Sunnyvale January 14th – The Hive got off with a great start for the New Year by hosting an event on “The Future of Data” featuring Doug Cutting, the founder of Hadoop. More than 600 people attended the talk at NetApp HQ which raised much debate.

doug cutting big dataDoug Cutting serves as Chief Architect of Cloudera, Inc. He is the founder of several successful open-source projects, Lucene, Nutch, Avro, and especially Hadoop. He presented the underlying causes of the current revolution in data processing methods and based on these facts he predicted how the data world might evolve.

First, according to Doug as hardware gets cheaper we would be able to process more data. This means a lot because data are incredibly valuable. In every industry, data is necessary to stay competitive. Then, he stated that platform technologies will be open-sourced.
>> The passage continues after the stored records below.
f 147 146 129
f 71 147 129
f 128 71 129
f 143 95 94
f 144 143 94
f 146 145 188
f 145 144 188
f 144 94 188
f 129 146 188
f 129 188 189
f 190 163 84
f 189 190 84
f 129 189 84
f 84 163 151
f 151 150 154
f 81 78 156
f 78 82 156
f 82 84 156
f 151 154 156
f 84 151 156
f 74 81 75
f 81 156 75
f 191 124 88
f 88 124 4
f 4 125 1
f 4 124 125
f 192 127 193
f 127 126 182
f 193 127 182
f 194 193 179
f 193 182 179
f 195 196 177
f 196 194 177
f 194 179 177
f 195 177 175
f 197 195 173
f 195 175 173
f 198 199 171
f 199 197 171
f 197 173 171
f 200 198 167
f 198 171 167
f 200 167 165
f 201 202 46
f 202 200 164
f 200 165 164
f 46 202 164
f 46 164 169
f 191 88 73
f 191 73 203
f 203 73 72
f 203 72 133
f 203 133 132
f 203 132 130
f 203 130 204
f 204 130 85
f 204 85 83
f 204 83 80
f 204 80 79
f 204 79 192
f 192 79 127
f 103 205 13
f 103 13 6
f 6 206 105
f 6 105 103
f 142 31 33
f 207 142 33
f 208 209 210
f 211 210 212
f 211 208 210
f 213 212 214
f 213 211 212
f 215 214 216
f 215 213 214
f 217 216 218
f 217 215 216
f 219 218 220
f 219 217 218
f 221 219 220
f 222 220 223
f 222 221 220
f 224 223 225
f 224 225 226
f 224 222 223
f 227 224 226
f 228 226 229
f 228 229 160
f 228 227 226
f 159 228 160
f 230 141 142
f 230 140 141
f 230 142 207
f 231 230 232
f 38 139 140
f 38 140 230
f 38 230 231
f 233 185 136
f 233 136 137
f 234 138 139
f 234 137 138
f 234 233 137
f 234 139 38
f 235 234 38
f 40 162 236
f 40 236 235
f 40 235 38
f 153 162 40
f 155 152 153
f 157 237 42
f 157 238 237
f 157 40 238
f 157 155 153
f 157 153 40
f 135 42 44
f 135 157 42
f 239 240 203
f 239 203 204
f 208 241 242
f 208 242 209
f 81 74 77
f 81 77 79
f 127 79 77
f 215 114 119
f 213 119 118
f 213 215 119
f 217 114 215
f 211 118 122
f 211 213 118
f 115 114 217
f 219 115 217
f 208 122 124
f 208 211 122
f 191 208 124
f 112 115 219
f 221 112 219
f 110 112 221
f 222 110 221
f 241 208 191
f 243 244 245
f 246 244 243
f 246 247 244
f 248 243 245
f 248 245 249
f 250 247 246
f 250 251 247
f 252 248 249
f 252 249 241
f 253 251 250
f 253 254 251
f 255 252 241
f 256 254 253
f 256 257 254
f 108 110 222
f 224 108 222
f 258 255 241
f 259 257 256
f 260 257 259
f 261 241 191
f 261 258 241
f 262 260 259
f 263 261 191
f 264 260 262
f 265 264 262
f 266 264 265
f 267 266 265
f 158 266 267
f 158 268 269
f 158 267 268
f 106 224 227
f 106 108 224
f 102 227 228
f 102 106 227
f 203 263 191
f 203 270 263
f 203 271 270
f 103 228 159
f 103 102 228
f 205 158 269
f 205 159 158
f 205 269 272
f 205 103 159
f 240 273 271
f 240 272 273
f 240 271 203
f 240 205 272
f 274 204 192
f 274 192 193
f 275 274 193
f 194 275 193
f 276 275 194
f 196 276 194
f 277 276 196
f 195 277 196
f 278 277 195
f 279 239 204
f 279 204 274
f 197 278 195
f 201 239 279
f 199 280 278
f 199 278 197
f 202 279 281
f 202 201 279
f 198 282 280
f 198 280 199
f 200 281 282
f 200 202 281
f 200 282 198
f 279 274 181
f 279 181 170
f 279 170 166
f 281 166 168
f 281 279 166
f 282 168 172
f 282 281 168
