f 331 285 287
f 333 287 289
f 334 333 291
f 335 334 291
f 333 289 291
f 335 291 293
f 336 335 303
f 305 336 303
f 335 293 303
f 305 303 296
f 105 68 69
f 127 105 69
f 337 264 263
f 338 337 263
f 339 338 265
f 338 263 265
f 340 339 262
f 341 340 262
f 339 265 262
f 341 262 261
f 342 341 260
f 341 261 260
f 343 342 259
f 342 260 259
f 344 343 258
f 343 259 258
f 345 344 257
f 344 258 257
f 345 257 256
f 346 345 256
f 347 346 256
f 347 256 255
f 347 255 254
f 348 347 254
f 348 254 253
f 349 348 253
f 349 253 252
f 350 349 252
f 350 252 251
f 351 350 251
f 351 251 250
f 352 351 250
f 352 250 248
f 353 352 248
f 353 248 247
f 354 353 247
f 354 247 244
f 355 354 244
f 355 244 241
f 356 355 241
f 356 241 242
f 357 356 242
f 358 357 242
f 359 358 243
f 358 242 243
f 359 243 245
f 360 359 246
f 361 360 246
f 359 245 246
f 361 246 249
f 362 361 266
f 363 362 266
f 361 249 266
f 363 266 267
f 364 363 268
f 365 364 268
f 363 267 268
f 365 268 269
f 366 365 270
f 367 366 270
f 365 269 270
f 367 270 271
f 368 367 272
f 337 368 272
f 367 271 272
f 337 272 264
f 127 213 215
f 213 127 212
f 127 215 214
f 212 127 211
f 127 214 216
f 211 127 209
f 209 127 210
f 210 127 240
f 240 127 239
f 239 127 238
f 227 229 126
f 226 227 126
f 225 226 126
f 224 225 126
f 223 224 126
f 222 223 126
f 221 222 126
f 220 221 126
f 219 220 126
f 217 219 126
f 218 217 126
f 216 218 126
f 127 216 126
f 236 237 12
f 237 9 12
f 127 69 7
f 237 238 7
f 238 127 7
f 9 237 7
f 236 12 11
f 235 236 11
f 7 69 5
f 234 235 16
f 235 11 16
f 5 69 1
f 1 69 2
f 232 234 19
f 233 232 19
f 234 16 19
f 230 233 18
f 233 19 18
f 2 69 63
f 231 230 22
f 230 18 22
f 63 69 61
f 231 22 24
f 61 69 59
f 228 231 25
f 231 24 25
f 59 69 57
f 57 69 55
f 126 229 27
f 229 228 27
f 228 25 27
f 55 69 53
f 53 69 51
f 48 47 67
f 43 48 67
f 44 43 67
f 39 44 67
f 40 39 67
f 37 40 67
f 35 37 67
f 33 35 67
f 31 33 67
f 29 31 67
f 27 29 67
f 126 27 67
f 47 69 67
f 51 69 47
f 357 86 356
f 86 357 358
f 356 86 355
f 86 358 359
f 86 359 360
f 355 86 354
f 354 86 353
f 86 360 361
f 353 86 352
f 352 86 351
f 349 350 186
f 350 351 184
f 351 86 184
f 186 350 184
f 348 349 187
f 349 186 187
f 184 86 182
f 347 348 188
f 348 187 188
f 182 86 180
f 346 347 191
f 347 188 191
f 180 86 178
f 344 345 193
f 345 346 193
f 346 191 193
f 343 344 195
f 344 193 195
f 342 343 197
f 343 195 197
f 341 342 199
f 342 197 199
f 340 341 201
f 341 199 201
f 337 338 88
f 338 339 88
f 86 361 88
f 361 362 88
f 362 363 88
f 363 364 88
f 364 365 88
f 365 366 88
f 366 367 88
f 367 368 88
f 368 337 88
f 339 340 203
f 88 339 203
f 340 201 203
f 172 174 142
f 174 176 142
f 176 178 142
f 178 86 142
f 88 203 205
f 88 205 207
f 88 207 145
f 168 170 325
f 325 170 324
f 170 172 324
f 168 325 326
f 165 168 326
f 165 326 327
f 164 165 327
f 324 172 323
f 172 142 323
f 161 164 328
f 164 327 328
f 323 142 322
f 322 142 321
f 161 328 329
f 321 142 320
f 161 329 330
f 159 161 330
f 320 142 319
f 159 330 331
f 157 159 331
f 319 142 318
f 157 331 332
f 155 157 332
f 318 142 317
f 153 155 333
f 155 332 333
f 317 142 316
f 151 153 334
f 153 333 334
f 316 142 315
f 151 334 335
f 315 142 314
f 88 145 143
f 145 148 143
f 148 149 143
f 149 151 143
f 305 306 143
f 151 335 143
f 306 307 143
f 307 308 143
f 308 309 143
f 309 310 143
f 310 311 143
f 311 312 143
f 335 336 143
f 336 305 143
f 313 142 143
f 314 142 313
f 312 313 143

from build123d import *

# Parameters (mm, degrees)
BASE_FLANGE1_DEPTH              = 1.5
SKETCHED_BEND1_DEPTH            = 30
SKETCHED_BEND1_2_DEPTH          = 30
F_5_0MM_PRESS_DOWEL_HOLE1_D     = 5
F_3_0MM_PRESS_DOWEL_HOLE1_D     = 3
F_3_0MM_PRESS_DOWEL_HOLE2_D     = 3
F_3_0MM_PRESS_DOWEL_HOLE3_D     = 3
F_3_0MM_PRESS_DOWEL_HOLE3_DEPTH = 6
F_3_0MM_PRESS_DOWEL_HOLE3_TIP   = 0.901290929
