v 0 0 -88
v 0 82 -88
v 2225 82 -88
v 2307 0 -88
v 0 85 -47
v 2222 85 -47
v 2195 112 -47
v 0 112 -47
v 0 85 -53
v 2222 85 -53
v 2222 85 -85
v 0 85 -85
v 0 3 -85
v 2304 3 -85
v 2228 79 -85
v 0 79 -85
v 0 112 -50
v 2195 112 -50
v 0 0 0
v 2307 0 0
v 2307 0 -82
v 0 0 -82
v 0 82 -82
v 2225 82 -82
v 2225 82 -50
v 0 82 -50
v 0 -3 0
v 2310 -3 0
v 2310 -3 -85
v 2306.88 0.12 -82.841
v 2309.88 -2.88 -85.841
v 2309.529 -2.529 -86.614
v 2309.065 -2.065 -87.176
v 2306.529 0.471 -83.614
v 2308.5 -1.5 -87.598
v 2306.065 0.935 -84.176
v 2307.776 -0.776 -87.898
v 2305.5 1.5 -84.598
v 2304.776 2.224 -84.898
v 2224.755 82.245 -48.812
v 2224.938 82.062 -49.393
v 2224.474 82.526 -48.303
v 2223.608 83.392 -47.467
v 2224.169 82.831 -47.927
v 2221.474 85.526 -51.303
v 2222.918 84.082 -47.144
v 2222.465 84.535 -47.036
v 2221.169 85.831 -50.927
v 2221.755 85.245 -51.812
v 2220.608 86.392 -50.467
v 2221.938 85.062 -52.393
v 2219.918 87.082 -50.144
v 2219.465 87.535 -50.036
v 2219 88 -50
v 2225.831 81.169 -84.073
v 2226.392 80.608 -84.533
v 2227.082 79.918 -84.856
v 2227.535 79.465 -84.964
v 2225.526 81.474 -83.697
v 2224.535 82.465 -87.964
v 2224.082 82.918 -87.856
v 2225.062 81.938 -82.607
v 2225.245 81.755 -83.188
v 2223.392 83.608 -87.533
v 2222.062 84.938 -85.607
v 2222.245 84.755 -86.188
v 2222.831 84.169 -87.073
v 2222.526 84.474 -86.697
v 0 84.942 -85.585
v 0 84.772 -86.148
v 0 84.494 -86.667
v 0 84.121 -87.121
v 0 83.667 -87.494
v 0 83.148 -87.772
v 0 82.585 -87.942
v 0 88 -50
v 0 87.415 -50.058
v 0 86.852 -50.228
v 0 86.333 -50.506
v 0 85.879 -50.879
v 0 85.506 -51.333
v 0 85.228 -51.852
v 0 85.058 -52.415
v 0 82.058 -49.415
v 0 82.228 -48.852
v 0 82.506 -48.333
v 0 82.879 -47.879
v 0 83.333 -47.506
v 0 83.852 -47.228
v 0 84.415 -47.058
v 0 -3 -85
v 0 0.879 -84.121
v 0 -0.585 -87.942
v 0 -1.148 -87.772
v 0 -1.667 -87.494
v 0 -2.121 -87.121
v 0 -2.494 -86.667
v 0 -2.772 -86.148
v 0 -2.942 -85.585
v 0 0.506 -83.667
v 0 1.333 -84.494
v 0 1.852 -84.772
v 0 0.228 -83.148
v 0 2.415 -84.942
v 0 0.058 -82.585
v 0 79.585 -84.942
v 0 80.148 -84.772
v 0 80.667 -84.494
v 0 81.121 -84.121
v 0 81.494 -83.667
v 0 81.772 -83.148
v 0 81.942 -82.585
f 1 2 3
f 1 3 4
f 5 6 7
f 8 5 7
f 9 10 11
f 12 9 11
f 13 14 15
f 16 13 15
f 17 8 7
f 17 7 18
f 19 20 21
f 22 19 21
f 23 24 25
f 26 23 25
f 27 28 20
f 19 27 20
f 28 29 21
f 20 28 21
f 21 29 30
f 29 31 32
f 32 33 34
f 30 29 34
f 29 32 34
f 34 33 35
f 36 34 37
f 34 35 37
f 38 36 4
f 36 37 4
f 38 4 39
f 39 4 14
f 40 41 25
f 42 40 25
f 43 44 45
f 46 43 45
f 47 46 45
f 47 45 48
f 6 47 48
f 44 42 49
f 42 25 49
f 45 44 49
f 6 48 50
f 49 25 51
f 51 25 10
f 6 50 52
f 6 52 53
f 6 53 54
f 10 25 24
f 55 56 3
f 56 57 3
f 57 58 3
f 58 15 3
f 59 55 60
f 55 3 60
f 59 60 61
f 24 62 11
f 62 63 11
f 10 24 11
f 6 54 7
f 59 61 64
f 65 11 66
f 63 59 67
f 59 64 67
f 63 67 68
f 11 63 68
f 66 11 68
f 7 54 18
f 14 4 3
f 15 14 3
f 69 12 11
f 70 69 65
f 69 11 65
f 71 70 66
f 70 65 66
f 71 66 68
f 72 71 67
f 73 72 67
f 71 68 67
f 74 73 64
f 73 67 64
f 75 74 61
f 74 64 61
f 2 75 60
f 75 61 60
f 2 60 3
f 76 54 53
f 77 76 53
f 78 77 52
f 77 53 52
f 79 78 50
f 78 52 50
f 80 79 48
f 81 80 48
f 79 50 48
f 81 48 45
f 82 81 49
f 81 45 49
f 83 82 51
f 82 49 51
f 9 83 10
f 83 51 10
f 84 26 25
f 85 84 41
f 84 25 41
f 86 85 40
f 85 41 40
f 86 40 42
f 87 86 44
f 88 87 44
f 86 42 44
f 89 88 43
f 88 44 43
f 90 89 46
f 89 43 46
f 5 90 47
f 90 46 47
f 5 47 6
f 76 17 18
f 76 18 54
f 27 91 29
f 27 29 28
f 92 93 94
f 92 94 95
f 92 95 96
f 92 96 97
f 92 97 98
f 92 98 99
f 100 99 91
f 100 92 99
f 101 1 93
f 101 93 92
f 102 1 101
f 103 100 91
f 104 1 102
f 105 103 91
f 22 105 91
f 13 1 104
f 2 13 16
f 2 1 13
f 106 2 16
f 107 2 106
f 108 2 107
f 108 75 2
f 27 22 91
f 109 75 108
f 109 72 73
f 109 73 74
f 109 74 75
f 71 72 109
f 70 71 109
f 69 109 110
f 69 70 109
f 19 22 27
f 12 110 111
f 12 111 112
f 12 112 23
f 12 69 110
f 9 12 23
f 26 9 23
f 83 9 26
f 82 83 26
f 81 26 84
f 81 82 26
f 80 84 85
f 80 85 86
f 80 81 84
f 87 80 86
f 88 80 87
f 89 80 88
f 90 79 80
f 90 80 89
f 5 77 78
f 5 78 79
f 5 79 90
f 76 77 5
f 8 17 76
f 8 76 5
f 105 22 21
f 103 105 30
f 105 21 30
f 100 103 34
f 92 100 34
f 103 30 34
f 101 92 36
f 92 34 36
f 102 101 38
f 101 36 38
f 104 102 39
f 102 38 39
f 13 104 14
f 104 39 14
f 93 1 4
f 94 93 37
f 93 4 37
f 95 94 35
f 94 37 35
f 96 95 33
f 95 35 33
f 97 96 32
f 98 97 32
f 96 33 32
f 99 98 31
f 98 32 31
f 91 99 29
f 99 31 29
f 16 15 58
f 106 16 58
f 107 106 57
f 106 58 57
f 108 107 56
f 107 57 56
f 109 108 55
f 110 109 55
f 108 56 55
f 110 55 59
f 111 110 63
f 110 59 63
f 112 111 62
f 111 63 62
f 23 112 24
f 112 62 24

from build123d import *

# Parameters (mm, degrees)
BOSS_EXTRUDE1_DEPTH = 2310
FILLET1_R           = 3
CUT_EXTRUDE1_DEPTH  = 88


with BuildPart() as part:
    # Sketch1 → Boss-Extrude1 (new body)
    with BuildSketch(Plane(origin=(0, 0, 0), x_dir=(0, 0, -1), z_dir=(1, 0, 0))):
        Polygon((0, 0), (85, 0), (85, 82), (47, 82), (47, 112), (50, 112), (50, 85), (88, 85), (88, -3), (0, -3), align=None)
    extrude(amount=BOSS_EXTRUDE1_DEPTH)

    # Fillet1
    fillet1_edges = [part.edges().sort_by_distance(p)[0] for p in [
        (1155, 0, -85),
        (1155, 82, -85),
        (1155, 82, -47),
        (1155, 85, -50),
        (1155, 85, -88),
        (1155, -3, -88),
    ]]
    fillet(fillet1_edges, radius=FILLET1_R)

    # Sketch4 → Cut-Extrude1 (cut)
    with BuildSketch(Plane(origin=(0, 0, -88), x_dir=(-1, 0, 0), z_dir=(0, 0, -1))):
        Polygon((-2310, -3), (-2195, 112), (-2310, 112), align=None)
    extrude(amount=-CUT_EXTRUDE1_DEPTH, mode=Mode.SUBTRACT)


solid = part.part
According to Doug people are concerned about data security and prefer having a vendor-independent platform. Then Doug provided some definition on Hadoop; a software library that allows for the distributed processing of large data sets across clusters of computers using simple programming models, or in short a platform to help work with data.

The Hadoop project is the result of years of work and it overcame many challenges., For instance, in 2008, after two years at Yahoo to create Hadoop (reusing a lot of code from a 2002 project), Doug and his team got a web-scalable open-source engine to the level they wanted, but it was not very secure. Indeed, every device was linked; if one machine was down, everything was down. A lot of work has been done since to solve this problem and thus improve the platform.

In conclusion, Hadoop has known an incredible growth and gained a large audience, beyond math computer scientists. Hadoop dominates Big Data. As people seem to have adopted it as a standard (Microsoft, soon IBM…), Doug claimed that it is becoming the central component for data management. He even created another expression to name the entire ecosystem around Hadoop: “The enterprise Data Hub”.